The last week has been pure hell. But at the same time it’s very cathartic. I don’t tend to deal with any ‘issues’ troubling me when I’m happy and healthy. But I’ve discovered in this last week that there really is a bottom to the pit and that once you reach it, the things you thought you once couldn’t touch with a ten-foot barge pole become strangely approachable.

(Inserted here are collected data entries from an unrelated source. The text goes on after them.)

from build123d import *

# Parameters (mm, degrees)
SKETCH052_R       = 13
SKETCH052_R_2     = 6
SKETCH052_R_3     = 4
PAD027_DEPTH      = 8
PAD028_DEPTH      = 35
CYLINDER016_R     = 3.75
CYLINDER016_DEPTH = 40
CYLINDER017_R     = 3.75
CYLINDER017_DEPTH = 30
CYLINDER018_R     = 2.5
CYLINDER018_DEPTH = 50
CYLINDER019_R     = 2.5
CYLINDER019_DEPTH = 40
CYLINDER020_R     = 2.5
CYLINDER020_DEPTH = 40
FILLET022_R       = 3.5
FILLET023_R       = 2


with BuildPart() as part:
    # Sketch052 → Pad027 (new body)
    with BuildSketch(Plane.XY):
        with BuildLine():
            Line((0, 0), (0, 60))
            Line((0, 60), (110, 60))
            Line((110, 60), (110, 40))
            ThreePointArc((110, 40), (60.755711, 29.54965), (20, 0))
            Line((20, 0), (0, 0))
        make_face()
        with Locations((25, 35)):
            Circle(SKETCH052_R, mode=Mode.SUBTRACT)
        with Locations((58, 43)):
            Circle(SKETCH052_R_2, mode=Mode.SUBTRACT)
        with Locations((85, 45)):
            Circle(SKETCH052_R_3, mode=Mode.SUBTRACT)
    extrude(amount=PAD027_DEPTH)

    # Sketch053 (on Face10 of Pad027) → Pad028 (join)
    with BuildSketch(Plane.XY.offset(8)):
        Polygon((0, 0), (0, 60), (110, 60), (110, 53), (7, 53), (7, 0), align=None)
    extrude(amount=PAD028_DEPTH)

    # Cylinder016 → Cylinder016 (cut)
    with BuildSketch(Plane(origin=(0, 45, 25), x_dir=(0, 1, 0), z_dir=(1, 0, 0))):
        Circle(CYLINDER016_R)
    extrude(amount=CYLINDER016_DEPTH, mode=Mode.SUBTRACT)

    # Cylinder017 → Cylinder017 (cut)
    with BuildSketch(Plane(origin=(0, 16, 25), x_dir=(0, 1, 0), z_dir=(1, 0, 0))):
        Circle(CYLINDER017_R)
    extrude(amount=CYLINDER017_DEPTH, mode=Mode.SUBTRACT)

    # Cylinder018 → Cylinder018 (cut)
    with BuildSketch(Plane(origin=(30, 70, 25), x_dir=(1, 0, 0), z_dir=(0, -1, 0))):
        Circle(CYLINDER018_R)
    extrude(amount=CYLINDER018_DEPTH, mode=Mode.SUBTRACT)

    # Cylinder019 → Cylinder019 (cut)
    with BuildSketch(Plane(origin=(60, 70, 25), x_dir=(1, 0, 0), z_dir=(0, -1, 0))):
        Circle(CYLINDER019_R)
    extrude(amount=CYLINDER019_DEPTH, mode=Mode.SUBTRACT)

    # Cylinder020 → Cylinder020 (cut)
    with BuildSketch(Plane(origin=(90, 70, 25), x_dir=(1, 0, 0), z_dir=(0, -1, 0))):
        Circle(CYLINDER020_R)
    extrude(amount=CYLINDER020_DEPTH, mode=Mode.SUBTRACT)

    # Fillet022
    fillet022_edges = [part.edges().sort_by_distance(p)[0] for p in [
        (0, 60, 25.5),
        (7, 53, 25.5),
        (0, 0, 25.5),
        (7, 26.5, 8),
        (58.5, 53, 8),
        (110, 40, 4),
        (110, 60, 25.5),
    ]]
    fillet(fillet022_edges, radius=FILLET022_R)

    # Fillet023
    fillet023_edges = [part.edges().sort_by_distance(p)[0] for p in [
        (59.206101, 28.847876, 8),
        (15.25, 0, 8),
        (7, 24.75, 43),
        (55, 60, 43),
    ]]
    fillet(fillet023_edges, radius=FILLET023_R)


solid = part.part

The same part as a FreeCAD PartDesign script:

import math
import FreeCAD as App
import Part
import Sketcher

V = App.Vector


def edges_at(feature, points):
    """Names of the edges that pass closest to the given points."""
    edges = feature.Shape.Edges
    near = lambda p: min(range(len(edges)), key=lambda i: edges[i].distToShape(Part.Vertex(*p))[0])
    return sorted({f"Edge{near(p) + 1}" for p in points})


def add_polygon(sketch, points):
    """Adds a closed chain of lines whose ends are joined by coincident constraints."""
    first, n = sketch.GeometryCount, len(points)
    for a, b in zip(points, points[1:] + points[:1]):
        sketch.addGeometry(Part.LineSegment(App.Vector(*a, 0), App.Vector(*b, 0)), False)
    for i in range(n):
        sketch.addConstraint(Sketcher.Constraint("Coincident", first + i, 2, first + (i + 1) % n, 1))

doc = App.newDocument("Part")
body = doc.addObject("PartDesign::Body", "Body")

# Sketch on XY plane
sketch1 = doc.addObject("Sketcher::SketchObject", "Sketch")
body.addObject(sketch1)
sketch1.AttachmentSupport = (doc.XY_Plane, [""])
sketch1.MapMode = "FlatFace"
sketch1.addGeometry([
    Part.LineSegment(V(0, 60, 0), V(0, 0, 0)),  # 0
    Part.LineSegment(V(0, 0, 0), V(20, 0, 0)),  # 1
    Part.ArcOfCircle(Part.Circle(V(110, -81.3, 0), V(0, 0, 1), 121.3), math.radians(90), math.radians(138)),  # 2
    Part.LineSegment(V(110, 40, 0), V(110, 60, 0)),  # 3
    Part.LineSegment(V(110, 60, 0), V(0, 60, 0)),  # 4
    Part.Circle(V(25, 35, 0), V(0, 0, 1), 13),  # 5
    Part.Circle(V(85, 45, 0), V(0, 0, 1), 4),  # 6
    Part.Circle(V(58, 43, 0), V(0, 0, 1), 6),  # 7
], False)
sketch1.addConstraint([
    Sketcher.Constraint("Coincident", 0, 2, 1, 1),
    Sketcher.Constraint("Coincident", 1, 2, 2, 2),
    Sketcher.Constraint("Coincident", 2, 1, 3, 1),
    Sketcher.Constraint("Coincident", 3, 2, 4, 1),
    Sketcher.Constraint("Coincident", 4, 2, 0, 1),
    Sketcher.Constraint("Vertical", 0),
    Sketcher.Constraint("Horizontal", 1),
    Sketcher.Constraint("Vertical", 3),
    Sketcher.Constraint("Horizontal", 4),
    Sketcher.Constraint("Coincident", 0, 2, -1, 1),
    Sketcher.Constraint("Equal", 1, 3),
    Sketcher.Constraint("Diameter", 5, 26.0),
    Sketcher.Constraint("Diameter", 6, 8.0),
    Sketcher.Constraint("Diameter", 7, 12.0),
    Sketcher.Constraint("DistanceX", 1, 1, 1, 2, 20.0),
    Sketcher.Constraint("DistanceX", 4, 2, 4, 1, 110.0),
    Sketcher.Constraint("DistanceY", 0, 2, 0, 1, 60.0),
    Sketcher.Constraint("DistanceX", -1, 1, 2, 3, 110.000001),
    Sketcher.Constraint("DistanceX", -1, 1, 5, 3, 25.0),
    Sketcher.Constraint("DistanceY", -1, 1, 5, 3, 35.0),
    Sketcher.Constraint("DistanceX", -1, 1, 6, 3, 85.0),
    Sketcher.Constraint("DistanceY", -1, 1, 6, 3, 45.0),
    Sketcher.Constraint("DistanceX", -1, 1, 7, 3, 58.0),
    Sketcher.Constraint("DistanceY", -1, 1, 7, 3, 43.0),
])
pad1 = doc.addObject("PartDesign::Pad", "Pad")
body.addObject(pad1)
pad1.Profile = sketch1
pad1.Length = 8

# Sketch on XY plane
sketch2 = doc.addObject("Sketcher::SketchObject", "Sketch001")
body.addObject(sketch2)
sketch2.AttachmentSupport = (doc.XY_Plane, [""])
sketch2.MapMode = "FlatFace"
sketch2.AttachmentOffset = App.Placement(V(0, 0, 8), App.Rotation())
add_polygon(sketch2, [(0, 60), (0, 0), (7, 0), (7, 53), (110, 53), (110, 60)])  # lines 0-5
sketch2.addConstraint([
    Sketcher.Constraint("Vertical", 0),
    Sketcher.Constraint("Horizontal", 1),
    Sketcher.Constraint("Vertical", 2),
    Sketcher.Constraint("Horizontal", 3),
    Sketcher.Constraint("Vertical", 4),
    Sketcher.Constraint("Horizontal", 5),
    Sketcher.Constraint("Coincident", 0, 2, -1, 1),
    Sketcher.Constraint("Equal", 1, 4),
    Sketcher.Constraint("DistanceX", 1, 1, 1, 2, 7.0),
    Sketcher.Constraint("DistanceX", 3, 1, 3, 2, 103.0),
    Sketcher.Constraint("DistanceY", 0, 2, 0, 1, 60.0),
])
pad2 = doc.addObject("PartDesign::Pad", "Pad001")
body.addObject(pad2)
pad2.Profile = sketch2
pad2.Length = 35

# Sketch on YZ plane
sketch3 = doc.addObject("Sketcher::SketchObject", "Sketch002")
body.addObject(sketch3)
sketch3.AttachmentSupport = (doc.YZ_Plane, [""])
sketch3.MapMode = "FlatFace"
sketch3.addGeometry(Part.Circle(V(45, 25, 0), V(0, 0, 1), 3.8), False)
sketch3.addConstraint([
    Sketcher.Constraint("Diameter", 0, 7.5),
    Sketcher.Constraint("DistanceX", -1, 1, 0, 3, 45.0),
    Sketcher.Constraint("DistanceY", -1, 1, 0, 3, 25.0),
])
pocket1 = doc.addObject("PartDesign::Pocket", "Pocket")
body.addObject(pocket1)
pocket1.Profile = sketch3
pocket1.Length = 40
pocket1.Reversed = True

# Sketch on YZ plane
sketch4 = doc.addObject("Sketcher::SketchObject", "Sketch003")
body.addObject(sketch4)
sketch4.AttachmentSupport = (doc.YZ_Plane, [""])
sketch4.MapMode = "FlatFace"
sketch4.addGeometry(Part.Circle(V(16, 25, 0), V(0, 0, 1), 3.8), False)
sketch4.addConstraint([
    Sketcher.Constraint("Diameter", 0, 7.5),
    Sketcher.Constraint("DistanceX", -1, 1, 0, 3, 16.0),
    Sketcher.Constraint("DistanceY", -1, 1, 0, 3, 25.0),
])
pocket2 = doc.addObject("PartDesign::Pocket", "Pocket001")
body.addObject(pocket2)
pocket2.Profile = sketch4
pocket2.Length = 30
pocket2.Reversed = True

# Sketch on XZ plane
sketch5 = doc.addObject("Sketcher::SketchObject", "Sketch004")
body.addObject(sketch5)
sketch5.AttachmentSupport = (doc.XZ_Plane, [""])
sketch5.MapMode = "FlatFace"
sketch5.AttachmentOffset = App.Placement(V(0, 0, -70), App.Rotation())
sketch5.addGeometry(Part.Circle(V(30, 25, 0), V(0, 0, 1), 2.5), False)
sketch5.addConstraint([
    Sketcher.Constraint("Diameter", 0, 5.0),
    Sketcher.Constraint("DistanceX", -1, 1, 0, 3, 30.0),
    Sketcher.Constraint("DistanceY", -1, 1, 0, 3, 25.0),
])
pocket3 = doc.addObject("PartDesign::Pocket", "Pocket002")
body.addObject(pocket3)
pocket3.Profile = sketch5
pocket3.Length = 50
pocket3.Reversed = True

# Sketch on XZ plane
sketch6 = doc.addObject("Sketcher::SketchObject", "Sketch005")
body.addObject(sketch6)
sketch6.AttachmentSupport = (doc.XZ_Plane, [""])
sketch6.MapMode = "FlatFace"
sketch6.AttachmentOffset = App.Placement(V(0, 0, -70), App.Rotation())
sketch6.addGeometry(Part.Circle(V(60, 25, 0), V(0, 0, 1), 2.5), False)
sketch6.addConstraint([
    Sketcher.Constraint("Diameter", 0, 5.0),
    Sketcher.Constraint("DistanceX", -1, 1, 0, 3, 60.0),
    Sketcher.Constraint("DistanceY", -1, 1, 0, 3, 25.0),
])
pocket4 = doc.addObject("PartDesign::Pocket", "Pocket003")
body.addObject(pocket4)
pocket4.Profile = sketch6
pocket4.Length = 40
pocket4.Reversed = True

# Sketch on XZ plane
sketch7 = doc.addObject("Sketcher::SketchObject", "Sketch006")
body.addObject(sketch7)
sketch7.AttachmentSupport = (doc.XZ_Plane, [""])
sketch7.MapMode = "FlatFace"
sketch7.AttachmentOffset = App.Placement(V(0, 0, -70), App.Rotation())
sketch7.addGeometry(Part.Circle(V(90, 25, 0), V(0, 0, 1), 2.5), False)
sketch7.addConstraint([
    Sketcher.Constraint("Diameter", 0, 5.0),
    Sketcher.Constraint("DistanceX", -1, 1, 0, 3, 90.0),
    Sketcher.Constraint("DistanceY", -1, 1, 0, 3, 25.0),
])
pocket5 = doc.addObject("PartDesign::Pocket", "Pocket004")
body.addObject(pocket5)
pocket5.Profile = sketch7
pocket5.Length = 40
pocket5.Reversed = True
doc.recompute()

fillet = doc.addObject("PartDesign::Fillet", "Fillet")
body.addObject(fillet)
fillet.Base = (pocket5, edges_at(pocket5, [
    (0, 60, 21.5),
    (7, 53, 25.5),
    (0, 0, 21.5),
    (7, 26.5, 8),
    (58.5, 53, 8),
    (110, 40, 4),
    (110, 60, 21.5),
]))
fillet.Radius = 3.5
doc.recompute()

fillet2 = doc.addObject("PartDesign::Fillet", "Fillet001")
body.addObject(fillet2)
fillet2.Base = (fillet, edges_at(fillet, [
    (59.206, 28.848, 8),
    (15.25, 0, 8),
    (7, 24.75, 43),
    (55, 60, 43),
]))
fillet2.Radius = 2

doc.recompute()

In this last week I have hit bottom. I discovered that my plans for my life were not compatible with the UK government’s plans and as a result my life has been turned upside down. Where I was intent on staying, I now have to leave. On top of this I discovered I have to have an operation to fix my thumb as I managed to chip a bone and damage a ligament in it and I won’t get the strength back without surgery. I also have to move out of my comfortable home, which I now can’t afford, requiring packing that my thumb does not like at all. I have lost my job here, because they need someone to do the work and I won’t be around, and so I now have to interview my own replacement. I have caught the latest of a very long line of colds that has me shaking and dizzy with every minor exertion, also not good for this packing lark. I have rampant eczema and tension headaches from the stress of all this and I’ve been grinding my teeth so I’ve lost a filling which is damn painful. I actually do have somewhere to stay in Aus but no job there, so I’m expecting to go on a rabid job hunt when I get over the jetlag. And if, when I go back, I am successful in my application for a visa for this country, I will have to do all the packing and job hunting again when I return back here. Not to mention that I will have to survive three winters in a row. My flatmate is unhappy, my work is unhappy, my bank account is unhappy, my body is unhappy, and I am unhappy.
It’s been a crap week.
So what have I been doing? Not concentrating on the good these challenges will bring, nor (any longer) getting drunk every evening to blot it all out. No, I’ve been investigating the depths of my psyche and uncovering all of the very painful and uncomfortable things I‘ve hidden there, if you please. And, wonder of wonders, although they are indeed distressing, bitter, agonizing and shameful memories, I may actually be making some headway along the path towards dealing with them, and putting them to rest. When you’re crying anyway, what’s one more reason to be unhappy? I would have thought I’d be too overwhelmed and too depressed to crawl out of bed. Instead I’m just mightily fed up and want to get it all over and done with. And I’m dealing with some unfinished business along the way. Yay me!
I will admit that earlier this week I was thinking that the Universe owed me a big one. Now I think it’s done me a favour. Very odd.